By Global Law Experts
– posted 7 hours ago

Greece’s 2025–2026 legislative package has rewritten the rulebook for foreign investors: a 22% corporate income tax rate applies to resident companies, mandatory myDATA e‑invoicing is rolling out in phased stages, a new FDI screening regime under Law 5202/2025 and Joint Ministerial Decision 64260/2025 now requires pre‑closing notification for sensitive-sector acquisitions, and Law 5275/2026 has overhauled work and residence permit procedures. For general counsel, CFOs and founders evaluating Greece as a destination for incorporation, acquisition or expansion, understanding how these changes interact is no longer optional, it is the baseline for any credible business plan.

This guide, written for business lawyers Greece practitioners and their international clients, delivers the entity‑choice frameworks, tax calendars, FDI filing checklists and compliance workflows needed to act with confidence in 2026.

 

Quick takeaways for GCs and CFOs:

  • Entity of choice for most foreign investors: the IKE (Private Company), no mandatory minimum capital, incorporable online in as few as three business days.
  • Corporate tax rate: 22% standard CIT for resident companies (excluding credit institutions).
  • E‑invoicing: myDATA mandatory e‑invoicing is being phased in during 2026, with large enterprises first; penalties apply for non‑compliance.
  • FDI screening: non‑EU investors acquiring control in sensitive sectors must file with the Interministerial Committee before closing.
  • Immigration: Law 5275/2026 introduces unified work/residence permits and streamlined employer‑sponsorship processes.
  • Ongoing compliance: UBO registry filings, annual financial statement submissions and real‑time myDATA reporting are mandatory.

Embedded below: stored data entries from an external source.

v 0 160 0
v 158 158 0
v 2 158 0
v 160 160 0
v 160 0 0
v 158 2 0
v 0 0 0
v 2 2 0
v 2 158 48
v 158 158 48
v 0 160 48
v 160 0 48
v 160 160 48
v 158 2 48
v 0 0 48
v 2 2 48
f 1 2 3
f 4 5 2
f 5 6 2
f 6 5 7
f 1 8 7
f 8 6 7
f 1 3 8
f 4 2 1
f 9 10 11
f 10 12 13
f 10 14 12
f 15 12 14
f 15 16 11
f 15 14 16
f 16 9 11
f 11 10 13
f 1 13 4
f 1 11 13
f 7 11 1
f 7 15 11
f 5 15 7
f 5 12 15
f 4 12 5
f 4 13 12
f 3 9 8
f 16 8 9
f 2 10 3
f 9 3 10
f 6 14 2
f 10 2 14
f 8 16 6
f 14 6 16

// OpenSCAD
//### Max Build Volumes ###

// Prusa Mini = 180x180x180
// Prusa I3 MK3S = 250x210x210
// Creality Ender 3 V2 = 220x220x250

//### Customizer ###

boxWidth = 160;
boxLength = 160;
wallHeight = 50;
wallThickness = 2;
baseHeight = 4;
// Amount to lower the edge so the walls overlap the base
baseRabbet = 2;
// Change this to output base or walls
isBase = false;

//### Base ###

module makeBase() {
  // full base minus rabbet
  linear_extrude(height=(baseHeight-baseRabbet), center=false) {
    square([boxWidth, boxLength], center=false);
  }
  // rest of base, leaving space for walls overlapping rabbet
  translate([wallThickness, wallThickness, 0]) linear_extrude(height=baseHeight, center=false) {
    square([boxWidth-2*wallThickness, boxLength-2*wallThickness], center=false);
  }
}

//### Walls ###

module makeWalls() {
  linear_extrude(height=(wallHeight-baseRabbet), center=false) {
    difference() {
      // full box
      square([boxWidth, boxLength], center=false);
      // inner hole
      translate([wallThickness, wallThickness, 0]) square([boxWidth-2*wallThickness, boxLength-2*wallThickness], center=false);
    }
  }
}

//### Execute ###

if (isBase) {
  makeBase();
} else {
  makeWalls();
}
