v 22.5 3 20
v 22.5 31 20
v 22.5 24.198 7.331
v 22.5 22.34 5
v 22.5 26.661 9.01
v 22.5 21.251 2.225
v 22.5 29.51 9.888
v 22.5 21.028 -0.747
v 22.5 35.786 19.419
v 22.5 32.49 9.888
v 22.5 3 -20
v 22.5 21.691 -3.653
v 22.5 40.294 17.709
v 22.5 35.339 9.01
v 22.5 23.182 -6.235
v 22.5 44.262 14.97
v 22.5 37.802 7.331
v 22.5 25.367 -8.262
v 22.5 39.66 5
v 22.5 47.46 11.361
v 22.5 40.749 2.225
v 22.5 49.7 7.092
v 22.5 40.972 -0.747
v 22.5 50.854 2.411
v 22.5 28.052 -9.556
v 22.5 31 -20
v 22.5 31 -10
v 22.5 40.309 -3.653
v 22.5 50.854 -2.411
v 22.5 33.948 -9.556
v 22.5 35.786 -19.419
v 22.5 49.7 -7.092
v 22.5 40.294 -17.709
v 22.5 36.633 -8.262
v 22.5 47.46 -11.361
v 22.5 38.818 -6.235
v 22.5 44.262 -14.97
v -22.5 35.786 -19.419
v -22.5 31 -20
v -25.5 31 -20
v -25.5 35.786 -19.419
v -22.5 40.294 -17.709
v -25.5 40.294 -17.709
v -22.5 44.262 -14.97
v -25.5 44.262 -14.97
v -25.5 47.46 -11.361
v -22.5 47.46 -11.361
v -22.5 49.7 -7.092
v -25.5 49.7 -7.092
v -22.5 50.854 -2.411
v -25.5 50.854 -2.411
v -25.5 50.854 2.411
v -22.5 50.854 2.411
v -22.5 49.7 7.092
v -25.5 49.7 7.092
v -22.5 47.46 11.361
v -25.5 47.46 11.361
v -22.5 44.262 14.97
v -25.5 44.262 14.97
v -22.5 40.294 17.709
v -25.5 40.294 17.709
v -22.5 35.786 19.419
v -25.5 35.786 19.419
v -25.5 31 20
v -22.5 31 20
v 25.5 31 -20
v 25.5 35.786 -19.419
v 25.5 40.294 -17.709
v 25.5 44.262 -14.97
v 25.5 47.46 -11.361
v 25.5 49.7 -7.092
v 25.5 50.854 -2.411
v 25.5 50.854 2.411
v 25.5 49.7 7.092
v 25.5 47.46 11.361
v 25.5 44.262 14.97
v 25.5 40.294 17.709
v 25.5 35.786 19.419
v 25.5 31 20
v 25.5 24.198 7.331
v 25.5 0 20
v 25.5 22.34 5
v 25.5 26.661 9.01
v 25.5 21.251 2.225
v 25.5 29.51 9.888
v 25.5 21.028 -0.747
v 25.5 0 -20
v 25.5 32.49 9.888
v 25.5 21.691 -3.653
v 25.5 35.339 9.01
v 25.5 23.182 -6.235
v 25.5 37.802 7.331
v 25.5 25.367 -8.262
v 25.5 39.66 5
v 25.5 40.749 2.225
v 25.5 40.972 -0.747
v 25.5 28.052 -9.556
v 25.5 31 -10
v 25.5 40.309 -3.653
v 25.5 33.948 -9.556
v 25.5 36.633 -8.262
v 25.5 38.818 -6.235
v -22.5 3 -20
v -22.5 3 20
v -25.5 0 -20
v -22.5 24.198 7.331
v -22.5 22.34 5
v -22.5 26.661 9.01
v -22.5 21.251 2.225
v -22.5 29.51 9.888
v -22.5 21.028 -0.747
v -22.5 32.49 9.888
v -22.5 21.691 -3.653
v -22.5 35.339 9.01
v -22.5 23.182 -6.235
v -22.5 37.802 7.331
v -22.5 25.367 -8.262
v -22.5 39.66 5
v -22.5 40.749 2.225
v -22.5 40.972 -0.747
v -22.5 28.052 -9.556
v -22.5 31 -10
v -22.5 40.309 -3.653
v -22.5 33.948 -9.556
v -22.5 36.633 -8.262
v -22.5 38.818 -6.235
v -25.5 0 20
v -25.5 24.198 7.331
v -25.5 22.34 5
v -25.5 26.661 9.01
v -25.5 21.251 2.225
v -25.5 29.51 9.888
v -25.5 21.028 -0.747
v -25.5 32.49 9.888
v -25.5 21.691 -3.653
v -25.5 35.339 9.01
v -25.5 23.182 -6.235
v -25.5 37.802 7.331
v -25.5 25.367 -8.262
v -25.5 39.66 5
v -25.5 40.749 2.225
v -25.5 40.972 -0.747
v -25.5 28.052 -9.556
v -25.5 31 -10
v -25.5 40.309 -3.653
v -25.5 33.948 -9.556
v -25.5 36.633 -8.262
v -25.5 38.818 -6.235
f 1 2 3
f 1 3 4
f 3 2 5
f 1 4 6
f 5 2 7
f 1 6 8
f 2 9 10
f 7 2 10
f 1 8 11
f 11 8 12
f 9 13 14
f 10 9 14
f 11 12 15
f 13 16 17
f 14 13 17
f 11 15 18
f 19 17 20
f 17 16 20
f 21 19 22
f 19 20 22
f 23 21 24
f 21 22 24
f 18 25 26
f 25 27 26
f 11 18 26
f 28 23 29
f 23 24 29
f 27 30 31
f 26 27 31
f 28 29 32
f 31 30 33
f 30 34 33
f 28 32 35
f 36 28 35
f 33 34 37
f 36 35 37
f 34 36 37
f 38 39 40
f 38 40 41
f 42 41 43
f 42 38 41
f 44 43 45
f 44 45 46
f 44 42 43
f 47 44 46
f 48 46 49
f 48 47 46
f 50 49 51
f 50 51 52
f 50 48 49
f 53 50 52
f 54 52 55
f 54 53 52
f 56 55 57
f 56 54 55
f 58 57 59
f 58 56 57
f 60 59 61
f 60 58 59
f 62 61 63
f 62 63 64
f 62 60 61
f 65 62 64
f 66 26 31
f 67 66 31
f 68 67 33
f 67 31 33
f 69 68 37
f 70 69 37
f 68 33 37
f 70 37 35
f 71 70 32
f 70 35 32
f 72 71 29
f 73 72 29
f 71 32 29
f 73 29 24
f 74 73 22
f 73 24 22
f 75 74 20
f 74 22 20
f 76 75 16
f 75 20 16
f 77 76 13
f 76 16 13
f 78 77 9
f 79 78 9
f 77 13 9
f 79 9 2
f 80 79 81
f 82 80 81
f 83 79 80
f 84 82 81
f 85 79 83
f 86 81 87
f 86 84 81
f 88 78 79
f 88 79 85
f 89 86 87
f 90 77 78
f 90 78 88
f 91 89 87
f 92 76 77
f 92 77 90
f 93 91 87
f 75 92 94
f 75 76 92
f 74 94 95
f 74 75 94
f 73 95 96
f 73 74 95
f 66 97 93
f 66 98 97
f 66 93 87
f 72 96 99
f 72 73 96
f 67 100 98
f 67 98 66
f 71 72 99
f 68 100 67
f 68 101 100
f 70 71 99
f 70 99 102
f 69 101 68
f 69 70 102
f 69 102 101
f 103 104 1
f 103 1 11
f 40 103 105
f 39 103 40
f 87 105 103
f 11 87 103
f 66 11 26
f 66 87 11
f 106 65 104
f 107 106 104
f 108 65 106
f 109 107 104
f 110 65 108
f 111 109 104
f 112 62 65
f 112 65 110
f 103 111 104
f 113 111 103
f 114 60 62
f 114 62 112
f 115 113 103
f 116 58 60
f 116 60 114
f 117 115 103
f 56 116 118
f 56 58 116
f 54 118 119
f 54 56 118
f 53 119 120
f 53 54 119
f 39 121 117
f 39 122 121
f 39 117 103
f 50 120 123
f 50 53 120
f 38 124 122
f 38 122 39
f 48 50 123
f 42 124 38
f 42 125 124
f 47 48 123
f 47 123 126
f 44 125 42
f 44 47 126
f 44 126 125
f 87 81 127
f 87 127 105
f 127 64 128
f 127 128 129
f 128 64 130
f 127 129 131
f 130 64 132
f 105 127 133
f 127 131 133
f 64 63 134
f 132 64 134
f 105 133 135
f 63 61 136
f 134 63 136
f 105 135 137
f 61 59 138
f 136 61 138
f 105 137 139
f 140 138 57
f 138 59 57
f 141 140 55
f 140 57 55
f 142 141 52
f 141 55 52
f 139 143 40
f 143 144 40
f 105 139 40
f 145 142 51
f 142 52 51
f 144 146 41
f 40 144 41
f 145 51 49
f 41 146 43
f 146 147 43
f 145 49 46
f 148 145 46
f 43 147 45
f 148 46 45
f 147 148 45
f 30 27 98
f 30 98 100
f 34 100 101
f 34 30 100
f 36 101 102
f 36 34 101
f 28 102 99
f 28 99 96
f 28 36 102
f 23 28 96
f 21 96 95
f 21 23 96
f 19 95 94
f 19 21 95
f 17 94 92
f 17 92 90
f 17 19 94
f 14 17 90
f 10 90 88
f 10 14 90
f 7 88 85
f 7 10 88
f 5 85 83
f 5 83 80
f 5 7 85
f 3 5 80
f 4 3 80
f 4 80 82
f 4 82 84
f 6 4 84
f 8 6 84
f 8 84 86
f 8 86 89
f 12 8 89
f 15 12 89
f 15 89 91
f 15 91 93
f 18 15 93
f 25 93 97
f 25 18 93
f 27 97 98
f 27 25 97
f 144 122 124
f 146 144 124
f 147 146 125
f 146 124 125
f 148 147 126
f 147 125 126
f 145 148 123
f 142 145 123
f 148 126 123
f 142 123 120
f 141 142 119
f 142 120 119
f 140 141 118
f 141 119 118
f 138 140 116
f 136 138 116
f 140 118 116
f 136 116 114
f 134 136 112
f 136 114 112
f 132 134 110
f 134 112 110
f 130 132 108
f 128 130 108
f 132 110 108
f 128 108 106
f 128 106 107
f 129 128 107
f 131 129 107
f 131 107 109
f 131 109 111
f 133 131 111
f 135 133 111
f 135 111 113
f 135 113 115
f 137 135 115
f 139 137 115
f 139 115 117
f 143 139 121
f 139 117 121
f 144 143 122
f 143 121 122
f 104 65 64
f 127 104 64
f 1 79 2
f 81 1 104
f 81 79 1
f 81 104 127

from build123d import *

# Parameters (mm, degrees)
SKETCH_1_W      = 40
SKETCH_1_H      = 3
EXTRUDE_1_DEPTH = 22.5
SKETCH_2_R      = 10
EXTRUDE_2_DEPTH = 3


with BuildPart() as part:
    # 스케치1 → 보스-돌출1 (new, symmetric)
    with BuildSketch(Plane(origin=(0, 0, 0), x_dir=(0, 0, -1), z_dir=(1, 0, 0))):
        with Locations((0, 1.5)):
            Rectangle(SKETCH_1_W, SKETCH_1_H)
    extrude(amount=EXTRUDE_1_DEPTH, both=True)

    # 스케치2 → 보스-돌출2 (add)
    with BuildSketch(Plane(origin=(22.5, 0, 0), x_dir=(0, 0, -1), z_dir=(1, 0, 0))):
        with BuildLine():
            Line((-20, 31), (-20, 0))
            Line((-20, 0), (20, 0))
            Line((20, 0), (20, 31))
            ThreePointArc((20, 31), (0, 51), (-20, 31))
        make_face()
        with Locations((0, 31)):
            Circle(SKETCH_2_R, mode=Mode.SUBTRACT)
    extrude_2 = extrude(amount=EXTRUDE_2_DEPTH)

    # 대칭 복사1: 보스-돌출2 across plane
    add(extrude_2.mirror(Plane(origin=(0, 0, 0), x_dir=(0, 0, 1), z_dir=(1, 0, 0))))


solid = part.part
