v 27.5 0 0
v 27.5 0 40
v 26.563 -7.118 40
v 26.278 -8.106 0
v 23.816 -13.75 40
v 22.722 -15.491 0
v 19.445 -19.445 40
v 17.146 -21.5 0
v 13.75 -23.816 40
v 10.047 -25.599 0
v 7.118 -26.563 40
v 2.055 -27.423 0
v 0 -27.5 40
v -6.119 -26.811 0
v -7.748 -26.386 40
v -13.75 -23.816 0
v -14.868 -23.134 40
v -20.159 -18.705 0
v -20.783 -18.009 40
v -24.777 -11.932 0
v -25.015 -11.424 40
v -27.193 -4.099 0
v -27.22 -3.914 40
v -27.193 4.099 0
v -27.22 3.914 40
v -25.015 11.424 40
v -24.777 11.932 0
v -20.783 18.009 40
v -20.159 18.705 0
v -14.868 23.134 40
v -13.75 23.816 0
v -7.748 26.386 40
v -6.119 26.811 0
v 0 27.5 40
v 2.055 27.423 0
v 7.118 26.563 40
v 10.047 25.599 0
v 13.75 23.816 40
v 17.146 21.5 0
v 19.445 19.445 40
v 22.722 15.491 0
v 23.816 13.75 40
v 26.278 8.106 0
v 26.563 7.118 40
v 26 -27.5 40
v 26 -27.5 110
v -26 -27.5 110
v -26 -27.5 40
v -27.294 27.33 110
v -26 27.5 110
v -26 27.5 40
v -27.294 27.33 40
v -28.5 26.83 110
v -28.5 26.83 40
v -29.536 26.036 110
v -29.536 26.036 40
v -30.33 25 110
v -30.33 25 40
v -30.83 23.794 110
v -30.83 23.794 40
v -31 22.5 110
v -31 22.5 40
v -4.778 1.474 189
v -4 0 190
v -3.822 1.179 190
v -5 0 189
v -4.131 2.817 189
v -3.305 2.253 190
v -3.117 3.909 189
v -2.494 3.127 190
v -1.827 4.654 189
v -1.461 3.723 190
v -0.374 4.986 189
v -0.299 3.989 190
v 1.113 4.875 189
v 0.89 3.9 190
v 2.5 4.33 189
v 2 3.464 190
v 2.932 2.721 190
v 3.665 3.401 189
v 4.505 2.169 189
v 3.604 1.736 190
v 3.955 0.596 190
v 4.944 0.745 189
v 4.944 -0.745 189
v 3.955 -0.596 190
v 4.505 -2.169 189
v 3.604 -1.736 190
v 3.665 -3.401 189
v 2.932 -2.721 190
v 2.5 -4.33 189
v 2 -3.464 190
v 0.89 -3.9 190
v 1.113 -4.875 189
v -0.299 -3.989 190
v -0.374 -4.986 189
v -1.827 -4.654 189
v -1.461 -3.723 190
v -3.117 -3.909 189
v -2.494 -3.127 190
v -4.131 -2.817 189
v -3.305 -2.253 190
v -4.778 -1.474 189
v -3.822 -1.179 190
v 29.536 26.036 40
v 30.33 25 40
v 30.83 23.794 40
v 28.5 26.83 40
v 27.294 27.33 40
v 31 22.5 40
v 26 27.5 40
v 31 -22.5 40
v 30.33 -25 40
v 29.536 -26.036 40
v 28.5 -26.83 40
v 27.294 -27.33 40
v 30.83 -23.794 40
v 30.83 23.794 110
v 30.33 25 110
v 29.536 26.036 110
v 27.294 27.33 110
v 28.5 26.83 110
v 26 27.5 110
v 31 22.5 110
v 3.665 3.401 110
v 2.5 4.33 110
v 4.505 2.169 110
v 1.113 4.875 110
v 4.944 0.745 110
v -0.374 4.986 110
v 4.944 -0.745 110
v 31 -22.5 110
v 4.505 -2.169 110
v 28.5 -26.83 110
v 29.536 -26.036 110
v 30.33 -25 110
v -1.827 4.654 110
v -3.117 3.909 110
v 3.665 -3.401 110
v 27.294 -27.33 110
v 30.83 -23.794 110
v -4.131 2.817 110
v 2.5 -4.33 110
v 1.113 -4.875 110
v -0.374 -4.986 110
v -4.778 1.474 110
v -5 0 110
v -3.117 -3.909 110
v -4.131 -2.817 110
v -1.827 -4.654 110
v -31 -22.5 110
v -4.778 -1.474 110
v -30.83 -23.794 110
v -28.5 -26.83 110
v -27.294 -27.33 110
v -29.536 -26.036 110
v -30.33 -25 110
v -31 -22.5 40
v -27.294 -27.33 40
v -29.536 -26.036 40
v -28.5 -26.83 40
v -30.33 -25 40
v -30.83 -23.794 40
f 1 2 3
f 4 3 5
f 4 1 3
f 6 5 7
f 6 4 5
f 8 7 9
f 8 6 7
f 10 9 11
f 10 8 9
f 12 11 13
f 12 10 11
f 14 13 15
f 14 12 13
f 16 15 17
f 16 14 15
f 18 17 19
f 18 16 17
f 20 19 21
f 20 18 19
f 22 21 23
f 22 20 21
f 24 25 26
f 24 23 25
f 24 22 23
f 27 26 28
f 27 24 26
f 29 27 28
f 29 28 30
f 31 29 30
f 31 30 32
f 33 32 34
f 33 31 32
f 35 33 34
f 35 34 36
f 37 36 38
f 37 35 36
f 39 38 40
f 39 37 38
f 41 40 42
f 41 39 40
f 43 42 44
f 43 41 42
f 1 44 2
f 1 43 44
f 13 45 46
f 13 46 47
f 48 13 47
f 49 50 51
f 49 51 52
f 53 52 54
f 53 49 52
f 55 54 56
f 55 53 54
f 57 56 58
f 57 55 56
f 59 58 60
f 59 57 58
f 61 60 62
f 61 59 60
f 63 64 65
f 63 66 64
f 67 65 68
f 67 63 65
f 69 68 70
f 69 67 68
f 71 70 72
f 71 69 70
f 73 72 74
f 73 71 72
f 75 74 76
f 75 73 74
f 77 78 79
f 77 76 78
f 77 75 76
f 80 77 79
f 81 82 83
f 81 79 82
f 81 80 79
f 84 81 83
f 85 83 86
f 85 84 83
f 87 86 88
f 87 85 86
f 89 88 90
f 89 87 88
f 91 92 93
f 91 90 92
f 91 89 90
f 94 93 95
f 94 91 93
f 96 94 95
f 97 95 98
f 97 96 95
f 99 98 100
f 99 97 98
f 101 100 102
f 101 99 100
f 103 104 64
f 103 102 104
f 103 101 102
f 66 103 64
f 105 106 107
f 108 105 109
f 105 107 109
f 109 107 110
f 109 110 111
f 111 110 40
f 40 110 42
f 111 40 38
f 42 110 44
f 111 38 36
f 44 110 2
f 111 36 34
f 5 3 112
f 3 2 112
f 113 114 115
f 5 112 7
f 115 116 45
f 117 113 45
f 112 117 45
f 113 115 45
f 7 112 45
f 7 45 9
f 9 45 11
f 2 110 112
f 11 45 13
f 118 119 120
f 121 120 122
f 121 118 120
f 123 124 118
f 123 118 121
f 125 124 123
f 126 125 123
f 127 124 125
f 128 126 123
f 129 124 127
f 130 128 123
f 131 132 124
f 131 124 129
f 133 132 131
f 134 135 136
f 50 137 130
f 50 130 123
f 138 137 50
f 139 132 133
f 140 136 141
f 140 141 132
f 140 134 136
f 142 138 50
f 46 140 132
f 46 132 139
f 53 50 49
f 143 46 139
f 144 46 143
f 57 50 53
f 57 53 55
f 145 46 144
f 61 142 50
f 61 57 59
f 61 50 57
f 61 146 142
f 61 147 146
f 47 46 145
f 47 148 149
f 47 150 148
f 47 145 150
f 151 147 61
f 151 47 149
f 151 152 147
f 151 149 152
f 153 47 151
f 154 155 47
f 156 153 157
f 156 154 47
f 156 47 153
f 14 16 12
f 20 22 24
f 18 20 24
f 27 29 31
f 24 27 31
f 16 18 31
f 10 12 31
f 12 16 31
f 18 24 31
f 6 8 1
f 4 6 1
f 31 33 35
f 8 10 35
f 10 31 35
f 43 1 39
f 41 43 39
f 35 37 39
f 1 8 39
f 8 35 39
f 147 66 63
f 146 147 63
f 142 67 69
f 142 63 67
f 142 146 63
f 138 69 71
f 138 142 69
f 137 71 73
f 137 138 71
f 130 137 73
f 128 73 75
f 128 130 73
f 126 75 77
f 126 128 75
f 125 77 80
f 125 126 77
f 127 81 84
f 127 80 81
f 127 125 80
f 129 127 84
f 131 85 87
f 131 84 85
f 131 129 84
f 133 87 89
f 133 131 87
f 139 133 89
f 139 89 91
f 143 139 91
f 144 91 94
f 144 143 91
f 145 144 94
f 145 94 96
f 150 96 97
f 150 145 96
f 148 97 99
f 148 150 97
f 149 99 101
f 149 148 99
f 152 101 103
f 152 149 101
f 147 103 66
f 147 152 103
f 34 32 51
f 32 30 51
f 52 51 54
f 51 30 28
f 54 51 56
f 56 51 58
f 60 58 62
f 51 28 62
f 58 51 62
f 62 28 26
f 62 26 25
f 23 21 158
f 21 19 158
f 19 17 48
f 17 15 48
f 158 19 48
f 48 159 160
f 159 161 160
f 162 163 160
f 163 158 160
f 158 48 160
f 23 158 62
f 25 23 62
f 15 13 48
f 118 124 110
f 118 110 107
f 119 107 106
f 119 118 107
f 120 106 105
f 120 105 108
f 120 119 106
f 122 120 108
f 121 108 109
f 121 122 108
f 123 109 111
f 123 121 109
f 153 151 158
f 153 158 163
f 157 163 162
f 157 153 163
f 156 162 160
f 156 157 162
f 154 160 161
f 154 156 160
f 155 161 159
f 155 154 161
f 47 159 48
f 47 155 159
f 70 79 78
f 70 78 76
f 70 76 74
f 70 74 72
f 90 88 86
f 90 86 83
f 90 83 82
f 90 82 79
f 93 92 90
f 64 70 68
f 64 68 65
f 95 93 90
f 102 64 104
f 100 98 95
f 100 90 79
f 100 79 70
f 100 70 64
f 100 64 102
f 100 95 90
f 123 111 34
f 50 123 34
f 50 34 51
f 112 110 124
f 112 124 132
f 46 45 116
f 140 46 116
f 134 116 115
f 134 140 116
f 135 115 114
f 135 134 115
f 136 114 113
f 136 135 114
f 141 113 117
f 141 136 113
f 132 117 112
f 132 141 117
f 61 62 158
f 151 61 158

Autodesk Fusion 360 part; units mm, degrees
sketch "Sketch1" plane through (0, 0, 0) normal (0, 0, 1) x (1, 0, 0)
  circle A0 centre (0, 0) radius 27.5
  dimension "d1" = 55
extrude "Extrude1" add sketch "Sketch1" along normal blind 40
sketch "Sketch2" plane through (0, 0, 40) normal (0, 0, 1) x (-1, 0, 0)
  circle A0 centre (0, 0) radius 27.5
  line L0 (0, -27.5) -> (-31, -27.5)
  line L1 (-31, -27.5) -> (-31, 40.6198)
  line L2 (0, 27.5) -> (-33.618, 27.5)
  line L3 (0, -27.5) -> (31, -27.5)
  line L4 (31, -27.5) -> (31, 43)
  line L5 (0, 27.5) -> (37, 27.5)
  dimension "d4" = 90
  dimension "d5" = 31
extrude "Extrude2" add sketch "Sketch2" along normal blind 70
sketch "Sketch3" plane through (0, 0, 110) normal (0, 0, 1) x (-1, 0, 0)
  line L0 (-31, -27.5) -> (31, -27.5)
  line L1 (31, -27.5) -> (31, 27.5)
  line L2 (31, 27.5) -> (-31, 27.5)
  line L3 (-31, 27.5) -> (-31, -27.5)
  circle A0 centre (0, 0) radius 5
  dimension "d8" = 10
extrude "Extrude3" add sketch "Sketch3" along normal blind 80 contours A0
sketch "Sketch4" plane through (0, 0, 0) normal (0, 1, 0) x (1, 0, 0)
chamfer "Chamfer1" distance 1 angle 45 1 edges at (4.6616, 1.8081, 190)
fillet "Fillet1" radius 5 4 edges at (31, -27.5, 75) (31, 27.5, 75) (-31, 27.5, 75) (-31, -27.5, 75)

Entity Choice for Business Lawyers Greece Clients, IKE vs EPE vs AE

Selecting the right corporate vehicle is the single most consequential early decision for any foreign investor entering Greece, affecting capital requirements, governance flexibility, liability exposure and long‑term exit options.

IKE, the Private Company (Idiotiki Kefalaiouchiki Etaireia)

The IKE has become the default vehicle for startups, SMEs and smaller foreign‑owned subsidiaries. It can be formed with a nominal share capital, there is no mandatory statutory minimum, and the incorporation process can be completed electronically through the one‑stop‑shop service of the General Commercial Registry (GEMI). A single director is sufficient, and that director does not need to be a Greek tax resident, making the IKE particularly attractive for lean market‑entry structures. Share transfers are straightforward, requiring a simple amendment to the articles filed with GEMI rather than notarial formalities.

The trade‑offs are limited. The IKE cannot list on a stock exchange and may be perceived as less established by institutional counterparties. UBO (Ultimate Beneficial Owner) reporting obligations apply in the same way as for any Greek entity, and AML due‑diligence requirements must be met at incorporation.

EPE, the Limited Liability Company (Etaireia Periorismenis Efthinis)

The EPE is the traditional Greek LLC. It requires a minimum share capital, typically €4,500 as a statutory floor, and formation involves more formalities, including notarial execution of the articles. Governance is managed by one or more appointed managers, and share transfers generally require amendment of the articles plus notarial involvement, which adds both time and cost.

The EPE remains a sensible choice for joint ventures where the partners want a more rigid governance structure, or for industries where a higher capitalisation signals credibility to regulators or contractual counterparties. However, for pure speed and flexibility, the IKE has largely overtaken the EPE in foreign investor preference.

AE, the Société Anonyme (Anonymi Etaireia)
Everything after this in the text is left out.